- The paper introduces Diffuse-CLoC, a guided diffusion framework that integrates state-action modeling to generate realistic, steerable character motions.
- It employs a transformer-based diffusion architecture with specialized attention mechanisms to overcome limitations of previous kinematic methods.
- Experimental results demonstrate improved performance in tasks like dynamic obstacle avoidance and navigation without requiring retraining.
"Diffuse-CLoC: Guided Diffusion for Physics-based Character Look-ahead Control"
The paper introduces Diffuse-CLoC, a guided diffusion framework specifically designed for physics-based character control. This model excels in creating realistic, steerable motions by modeling the joint distribution of states and actions, overcoming the steerability and physical realism limitations of previous kinematics and diffusion policy approaches.
Motivation and Approach
The paper aims to address the shortcomings of kinematic motion diffusion models in generating physically feasible motions and the restricted adaptability of diffusion-based control policies for unseen tasks. Diffuse-CLoC effectively merges these paradigms by using a diffusion model that conditions action generation on predicted states, thus maintaining the physical realism of actions while providing intuitive steerability.
Diffuse-CLoC employs a transformer-based diffusion architecture with a specialized attention mechanism—non-causal for states and causal for actions. This design allows dynamic obstacle avoidance and task-space control without requiring a high-level planner. The system can handle a wide variety of tasks, such as static and dynamic obstacle avoidance, motion in-betweening, and more, using a single pretrained model.
Technical Implementation
Diffuse-CLoC's architecture is depicted in (Figure 1). It utilizes a decoder-only transformer, denoising a trajectory represented through separate state and action tokens. The model achieves superior performance by employing a tailored attention mask that distinguishes between states’ and actions’ attention scopes.
Attention and Rolling Scheme
The attention strategy plays a critical role. Actions use causal attention, focusing on past states to mitigate the influence of artifacts in future states, while states can attend to future states (Figure 2). The rolling inference scheme enhances consistency, assigning noise based on timestep proximity, thus improving real-time responsiveness and reducing computation by reusing information in a FIFO manner.
Figure 1: Framework of Diffuse-CLoC, highlighting its architecture, attention mechanism, and rolling buffer implementation.
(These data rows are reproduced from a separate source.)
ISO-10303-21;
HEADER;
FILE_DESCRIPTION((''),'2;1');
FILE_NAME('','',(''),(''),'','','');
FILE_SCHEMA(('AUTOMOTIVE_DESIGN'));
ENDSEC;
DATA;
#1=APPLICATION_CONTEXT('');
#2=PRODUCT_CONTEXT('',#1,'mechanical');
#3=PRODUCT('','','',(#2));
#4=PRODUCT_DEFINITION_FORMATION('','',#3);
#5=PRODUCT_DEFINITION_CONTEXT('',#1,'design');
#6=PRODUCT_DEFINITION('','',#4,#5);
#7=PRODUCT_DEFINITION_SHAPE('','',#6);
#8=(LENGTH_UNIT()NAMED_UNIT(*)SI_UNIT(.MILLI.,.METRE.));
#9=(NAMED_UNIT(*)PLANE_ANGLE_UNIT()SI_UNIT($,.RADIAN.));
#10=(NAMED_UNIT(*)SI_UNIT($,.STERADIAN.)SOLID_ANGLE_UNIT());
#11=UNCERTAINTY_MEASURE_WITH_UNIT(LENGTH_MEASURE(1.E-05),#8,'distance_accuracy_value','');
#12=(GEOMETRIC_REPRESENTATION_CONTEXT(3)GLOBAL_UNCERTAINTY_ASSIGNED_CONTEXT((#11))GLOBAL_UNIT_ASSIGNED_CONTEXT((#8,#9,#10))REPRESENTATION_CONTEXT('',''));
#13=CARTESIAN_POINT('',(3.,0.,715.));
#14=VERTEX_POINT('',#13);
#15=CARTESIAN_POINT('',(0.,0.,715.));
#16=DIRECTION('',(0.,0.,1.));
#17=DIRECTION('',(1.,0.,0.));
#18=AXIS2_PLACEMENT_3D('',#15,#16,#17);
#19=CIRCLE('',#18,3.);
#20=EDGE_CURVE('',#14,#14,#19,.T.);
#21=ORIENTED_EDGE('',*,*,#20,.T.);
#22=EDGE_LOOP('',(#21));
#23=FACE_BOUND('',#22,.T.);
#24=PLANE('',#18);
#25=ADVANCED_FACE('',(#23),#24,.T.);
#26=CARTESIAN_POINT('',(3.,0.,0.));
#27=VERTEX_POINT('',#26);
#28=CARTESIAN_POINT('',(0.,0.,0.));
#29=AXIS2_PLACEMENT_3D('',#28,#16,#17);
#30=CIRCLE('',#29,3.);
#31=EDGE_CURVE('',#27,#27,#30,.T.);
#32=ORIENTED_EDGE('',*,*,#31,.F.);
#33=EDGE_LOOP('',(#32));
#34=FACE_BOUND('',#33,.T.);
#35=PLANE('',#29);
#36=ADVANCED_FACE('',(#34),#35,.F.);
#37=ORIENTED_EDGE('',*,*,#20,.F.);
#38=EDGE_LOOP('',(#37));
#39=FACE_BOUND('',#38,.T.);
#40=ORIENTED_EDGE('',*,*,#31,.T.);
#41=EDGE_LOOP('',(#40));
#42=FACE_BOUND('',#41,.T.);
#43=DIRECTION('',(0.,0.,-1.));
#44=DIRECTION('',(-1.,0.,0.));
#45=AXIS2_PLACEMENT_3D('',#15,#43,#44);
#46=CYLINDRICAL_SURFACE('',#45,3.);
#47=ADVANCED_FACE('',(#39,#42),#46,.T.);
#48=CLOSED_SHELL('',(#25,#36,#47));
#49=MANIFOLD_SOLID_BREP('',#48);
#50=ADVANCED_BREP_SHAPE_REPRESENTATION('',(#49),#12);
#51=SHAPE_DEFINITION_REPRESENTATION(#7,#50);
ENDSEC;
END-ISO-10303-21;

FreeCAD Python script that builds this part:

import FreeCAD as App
import Part
import Sketcher

doc = App.newDocument("Part")
params = doc.addObject("Spreadsheet::Sheet", "Params")
for row, (alias, value) in enumerate([
    ("sketch1_diameter", "6 mm"),
    ("pad1_length", "715 mm"),
], start=1):
    params.set(f"A{row}", alias)
    params.set(f"B{row}", "=" + value)
    params.setAlias(f"B{row}", alias)

body = doc.addObject("PartDesign::Body", "Body")

sketch1 = doc.addObject("Sketcher::SketchObject", "Sketch")
body.addObject(sketch1)
sketch1.AttachmentSupport = (doc.XY_Plane, [""])
sketch1.MapMode = "FlatFace"
sketch1.addGeometry(Part.Circle(App.Vector(0, 0, 0), App.Vector(0, 0, 1), 3), False)
sketch1.addConstraint(Sketcher.Constraint("Coincident", 0, 3, -1, 1))
sketch1.addConstraint(Sketcher.Constraint("Diameter", 0, 6.0))
sketch1.setExpression("Constraints[1]", "Params.sketch1_diameter")
pad1 = doc.addObject("PartDesign::Pad", "Pad")
body.addObject(pad1)
pad1.Profile = sketch1
pad1.setExpression("Length", "Params.pad1_length")

doc.recompute()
Figure 3: Rollouts in jump task: Kin+PHC (Left) faces artifacts; Diffuse-CLoC (Right) completes agile motions robustly.
Experimental Results
Experiments demonstrate Diffuse-CLoC's superiority in various tasks compared to traditional methods like Kin+PHC. On the "jump" task, Diffuse-CLoC achieves a significantly higher success rate due to its integrated state-action modeling, allowing it to respond effectively even with perturbed kinematic inputs.
In the "forest" task, longer state prediction horizons improve navigation success, as they allow for effective trajectory planning (Figure 4).


Figure 4: Trajectories in the forest task: Short horizons cause repetitive patterns; long horizons ensure diverse, successful navigation.
Application Scenarios
Diffuse-CLoC's practical applications include static and dynamic obstacle avoidance, optimizing for route path guidance through classifier inference, and seamless motion in-betweening without extra retraining requirements.
Figure 5: Downstream task rollouts demonstrating Diffuse-CLoC's planning, steering, and motion synthesis capabilities.
Conclusion
Diffuse-CLoC presents a substantial advancement in physics-based control by merging the adaptability of kinematic generation with the realism of action diffusion. The unified approach enables a broad array of tasks without retraining, fostering innovations in virtual environments and robotics.
Future research could explore data coverage to enhance model robustness and alternative attention formulations to address bias towards previously seen motion patterns. Opportunities also exist to extend this framework into object interaction domains, offering rich avenues for exploration in AI-driven animation and control systems.